Assignment
When the word "degrees" shows up in a line of the data below, copy that whole line.
Segment Open
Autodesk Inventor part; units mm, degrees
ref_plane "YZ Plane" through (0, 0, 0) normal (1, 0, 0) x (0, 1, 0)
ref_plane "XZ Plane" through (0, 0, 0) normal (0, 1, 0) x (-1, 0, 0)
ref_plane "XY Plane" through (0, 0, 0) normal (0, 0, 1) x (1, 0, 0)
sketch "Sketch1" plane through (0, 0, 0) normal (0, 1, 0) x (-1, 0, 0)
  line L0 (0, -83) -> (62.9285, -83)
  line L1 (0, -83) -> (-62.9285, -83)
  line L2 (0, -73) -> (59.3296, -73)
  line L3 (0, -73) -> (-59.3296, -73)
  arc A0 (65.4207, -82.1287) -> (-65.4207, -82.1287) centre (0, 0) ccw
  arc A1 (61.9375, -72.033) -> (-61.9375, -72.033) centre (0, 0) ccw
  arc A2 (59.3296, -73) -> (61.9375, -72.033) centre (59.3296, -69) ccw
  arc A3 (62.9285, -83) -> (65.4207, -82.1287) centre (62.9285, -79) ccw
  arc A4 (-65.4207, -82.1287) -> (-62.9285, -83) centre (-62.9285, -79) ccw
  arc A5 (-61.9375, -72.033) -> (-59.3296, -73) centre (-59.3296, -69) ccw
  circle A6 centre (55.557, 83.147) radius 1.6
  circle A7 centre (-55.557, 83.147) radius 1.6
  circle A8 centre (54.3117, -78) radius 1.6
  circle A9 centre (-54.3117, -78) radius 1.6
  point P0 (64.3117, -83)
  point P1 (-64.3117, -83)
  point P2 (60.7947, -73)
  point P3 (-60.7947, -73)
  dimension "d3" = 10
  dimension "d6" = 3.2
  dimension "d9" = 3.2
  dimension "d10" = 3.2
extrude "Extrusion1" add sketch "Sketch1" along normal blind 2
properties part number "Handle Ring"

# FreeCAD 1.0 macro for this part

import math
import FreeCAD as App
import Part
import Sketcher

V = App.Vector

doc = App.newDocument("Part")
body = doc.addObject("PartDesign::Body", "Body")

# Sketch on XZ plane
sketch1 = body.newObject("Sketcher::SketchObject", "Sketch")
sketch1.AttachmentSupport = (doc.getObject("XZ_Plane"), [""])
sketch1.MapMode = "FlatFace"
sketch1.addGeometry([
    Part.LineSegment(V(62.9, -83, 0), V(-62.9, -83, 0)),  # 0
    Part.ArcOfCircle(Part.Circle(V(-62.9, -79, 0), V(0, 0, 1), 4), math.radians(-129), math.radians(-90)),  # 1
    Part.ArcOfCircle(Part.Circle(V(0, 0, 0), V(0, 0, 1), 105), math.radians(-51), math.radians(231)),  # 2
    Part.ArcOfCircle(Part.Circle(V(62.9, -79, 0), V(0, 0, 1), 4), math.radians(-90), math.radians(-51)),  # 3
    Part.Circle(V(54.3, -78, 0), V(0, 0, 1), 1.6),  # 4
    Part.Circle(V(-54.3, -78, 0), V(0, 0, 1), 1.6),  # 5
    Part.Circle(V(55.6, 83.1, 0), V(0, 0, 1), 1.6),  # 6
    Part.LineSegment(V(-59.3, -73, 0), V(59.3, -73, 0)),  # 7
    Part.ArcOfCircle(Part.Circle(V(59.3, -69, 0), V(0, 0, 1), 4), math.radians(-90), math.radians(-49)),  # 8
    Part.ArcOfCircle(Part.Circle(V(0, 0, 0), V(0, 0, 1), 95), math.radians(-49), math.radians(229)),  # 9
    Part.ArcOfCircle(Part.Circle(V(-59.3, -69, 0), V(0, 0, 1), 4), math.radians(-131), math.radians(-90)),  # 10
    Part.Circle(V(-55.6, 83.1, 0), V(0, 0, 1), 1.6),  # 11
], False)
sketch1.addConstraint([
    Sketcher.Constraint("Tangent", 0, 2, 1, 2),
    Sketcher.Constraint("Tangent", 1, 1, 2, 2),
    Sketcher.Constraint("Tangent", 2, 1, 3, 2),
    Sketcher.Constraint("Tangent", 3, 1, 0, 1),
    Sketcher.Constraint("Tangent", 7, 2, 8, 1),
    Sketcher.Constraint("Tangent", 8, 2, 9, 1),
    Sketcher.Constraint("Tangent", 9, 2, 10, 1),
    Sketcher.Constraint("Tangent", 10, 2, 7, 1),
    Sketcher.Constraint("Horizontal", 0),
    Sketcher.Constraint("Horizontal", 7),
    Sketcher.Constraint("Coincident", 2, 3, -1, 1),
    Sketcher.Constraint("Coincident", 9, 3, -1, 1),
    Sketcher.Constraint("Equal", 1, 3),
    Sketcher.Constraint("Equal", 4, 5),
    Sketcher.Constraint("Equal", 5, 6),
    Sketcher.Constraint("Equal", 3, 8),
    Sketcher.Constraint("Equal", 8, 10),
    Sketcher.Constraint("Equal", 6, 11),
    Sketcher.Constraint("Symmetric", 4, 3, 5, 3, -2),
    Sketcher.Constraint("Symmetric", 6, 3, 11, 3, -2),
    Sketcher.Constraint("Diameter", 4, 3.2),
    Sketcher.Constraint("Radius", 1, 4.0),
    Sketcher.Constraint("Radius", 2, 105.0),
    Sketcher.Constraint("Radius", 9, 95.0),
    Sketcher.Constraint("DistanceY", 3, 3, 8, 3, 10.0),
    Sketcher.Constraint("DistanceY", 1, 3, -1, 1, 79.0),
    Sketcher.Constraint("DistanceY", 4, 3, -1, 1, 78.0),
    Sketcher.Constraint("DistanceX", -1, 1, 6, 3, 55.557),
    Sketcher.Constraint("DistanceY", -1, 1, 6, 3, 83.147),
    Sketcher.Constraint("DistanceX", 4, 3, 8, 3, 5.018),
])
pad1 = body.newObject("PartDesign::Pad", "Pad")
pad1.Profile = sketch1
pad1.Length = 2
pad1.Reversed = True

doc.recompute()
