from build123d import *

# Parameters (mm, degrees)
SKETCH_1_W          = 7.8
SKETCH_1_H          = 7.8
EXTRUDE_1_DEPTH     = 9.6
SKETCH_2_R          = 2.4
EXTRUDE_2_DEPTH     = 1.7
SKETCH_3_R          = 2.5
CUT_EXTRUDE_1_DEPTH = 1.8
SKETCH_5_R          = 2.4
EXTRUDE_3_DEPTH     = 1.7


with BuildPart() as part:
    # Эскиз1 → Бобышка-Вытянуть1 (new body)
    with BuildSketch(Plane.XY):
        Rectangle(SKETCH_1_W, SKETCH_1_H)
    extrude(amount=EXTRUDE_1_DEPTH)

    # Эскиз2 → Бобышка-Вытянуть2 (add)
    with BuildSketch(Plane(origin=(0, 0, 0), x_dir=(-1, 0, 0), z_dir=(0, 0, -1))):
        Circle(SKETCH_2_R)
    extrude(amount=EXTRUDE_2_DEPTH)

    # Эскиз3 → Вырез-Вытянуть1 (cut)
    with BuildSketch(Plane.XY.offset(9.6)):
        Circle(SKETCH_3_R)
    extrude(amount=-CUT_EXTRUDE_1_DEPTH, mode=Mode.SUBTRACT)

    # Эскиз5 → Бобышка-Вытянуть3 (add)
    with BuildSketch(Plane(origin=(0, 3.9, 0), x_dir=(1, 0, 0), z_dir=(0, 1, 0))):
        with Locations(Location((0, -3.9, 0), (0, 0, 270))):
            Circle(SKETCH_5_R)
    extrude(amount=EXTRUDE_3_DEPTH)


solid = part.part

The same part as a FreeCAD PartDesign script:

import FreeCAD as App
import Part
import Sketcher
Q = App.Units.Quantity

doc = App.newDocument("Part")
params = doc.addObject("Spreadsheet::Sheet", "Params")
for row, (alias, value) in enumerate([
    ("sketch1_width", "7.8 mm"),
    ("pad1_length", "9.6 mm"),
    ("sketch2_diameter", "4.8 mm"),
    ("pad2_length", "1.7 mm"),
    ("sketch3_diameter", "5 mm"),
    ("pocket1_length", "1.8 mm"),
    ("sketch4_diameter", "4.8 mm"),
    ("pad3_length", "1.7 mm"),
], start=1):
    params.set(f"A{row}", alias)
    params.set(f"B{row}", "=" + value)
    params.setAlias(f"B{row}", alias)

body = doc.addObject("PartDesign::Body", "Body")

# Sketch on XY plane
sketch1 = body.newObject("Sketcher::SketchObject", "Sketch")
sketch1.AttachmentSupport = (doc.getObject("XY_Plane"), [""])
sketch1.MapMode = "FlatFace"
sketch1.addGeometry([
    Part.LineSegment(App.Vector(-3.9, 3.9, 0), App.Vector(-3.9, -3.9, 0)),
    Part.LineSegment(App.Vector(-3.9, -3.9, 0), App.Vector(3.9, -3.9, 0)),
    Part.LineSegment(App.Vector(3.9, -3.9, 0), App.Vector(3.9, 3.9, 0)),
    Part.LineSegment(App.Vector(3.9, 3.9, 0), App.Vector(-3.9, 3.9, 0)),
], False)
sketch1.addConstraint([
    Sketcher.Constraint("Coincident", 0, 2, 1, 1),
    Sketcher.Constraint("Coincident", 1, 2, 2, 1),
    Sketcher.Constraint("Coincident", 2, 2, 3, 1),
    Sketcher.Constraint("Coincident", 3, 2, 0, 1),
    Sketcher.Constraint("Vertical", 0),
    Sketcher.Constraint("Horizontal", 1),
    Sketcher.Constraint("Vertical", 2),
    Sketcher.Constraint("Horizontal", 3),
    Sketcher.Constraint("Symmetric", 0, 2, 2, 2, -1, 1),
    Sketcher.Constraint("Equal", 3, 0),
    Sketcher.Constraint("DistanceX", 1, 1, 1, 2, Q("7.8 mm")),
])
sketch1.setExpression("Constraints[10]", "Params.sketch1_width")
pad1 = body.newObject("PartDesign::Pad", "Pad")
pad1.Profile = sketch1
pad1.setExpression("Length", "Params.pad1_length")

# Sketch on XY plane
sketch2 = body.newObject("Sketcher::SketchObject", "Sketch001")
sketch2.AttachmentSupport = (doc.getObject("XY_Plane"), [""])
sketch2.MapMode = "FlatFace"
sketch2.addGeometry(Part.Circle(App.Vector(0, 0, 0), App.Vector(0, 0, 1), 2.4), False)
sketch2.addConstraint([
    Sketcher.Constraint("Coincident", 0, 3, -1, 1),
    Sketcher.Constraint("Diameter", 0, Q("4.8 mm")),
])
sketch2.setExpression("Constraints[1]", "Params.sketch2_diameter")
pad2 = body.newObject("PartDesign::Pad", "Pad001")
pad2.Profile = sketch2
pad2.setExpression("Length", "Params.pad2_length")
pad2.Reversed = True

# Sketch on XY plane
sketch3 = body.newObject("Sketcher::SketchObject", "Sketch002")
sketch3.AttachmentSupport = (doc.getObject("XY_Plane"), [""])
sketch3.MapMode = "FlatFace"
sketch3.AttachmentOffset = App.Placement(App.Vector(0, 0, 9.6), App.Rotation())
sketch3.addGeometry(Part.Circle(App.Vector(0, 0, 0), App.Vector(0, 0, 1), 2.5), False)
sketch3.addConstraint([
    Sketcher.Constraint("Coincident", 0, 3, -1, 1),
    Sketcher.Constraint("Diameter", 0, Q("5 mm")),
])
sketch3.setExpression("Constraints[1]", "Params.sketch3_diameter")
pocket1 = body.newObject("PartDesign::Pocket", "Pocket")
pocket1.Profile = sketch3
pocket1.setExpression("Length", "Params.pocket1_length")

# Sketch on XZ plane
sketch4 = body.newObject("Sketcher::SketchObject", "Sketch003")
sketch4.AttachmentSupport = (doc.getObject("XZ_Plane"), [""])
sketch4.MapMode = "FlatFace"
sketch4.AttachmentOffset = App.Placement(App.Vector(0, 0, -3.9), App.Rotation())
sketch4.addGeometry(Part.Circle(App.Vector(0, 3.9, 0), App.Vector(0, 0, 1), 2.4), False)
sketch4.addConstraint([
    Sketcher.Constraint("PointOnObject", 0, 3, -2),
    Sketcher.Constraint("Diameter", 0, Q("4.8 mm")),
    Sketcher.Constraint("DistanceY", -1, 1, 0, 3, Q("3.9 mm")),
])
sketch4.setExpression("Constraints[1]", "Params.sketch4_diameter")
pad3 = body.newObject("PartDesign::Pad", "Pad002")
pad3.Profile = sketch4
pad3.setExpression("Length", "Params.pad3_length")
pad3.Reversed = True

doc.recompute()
Segment Closed
Result of the exercise
Autodesk Inventor part; units mm, degrees
# Parameters (mm, degrees)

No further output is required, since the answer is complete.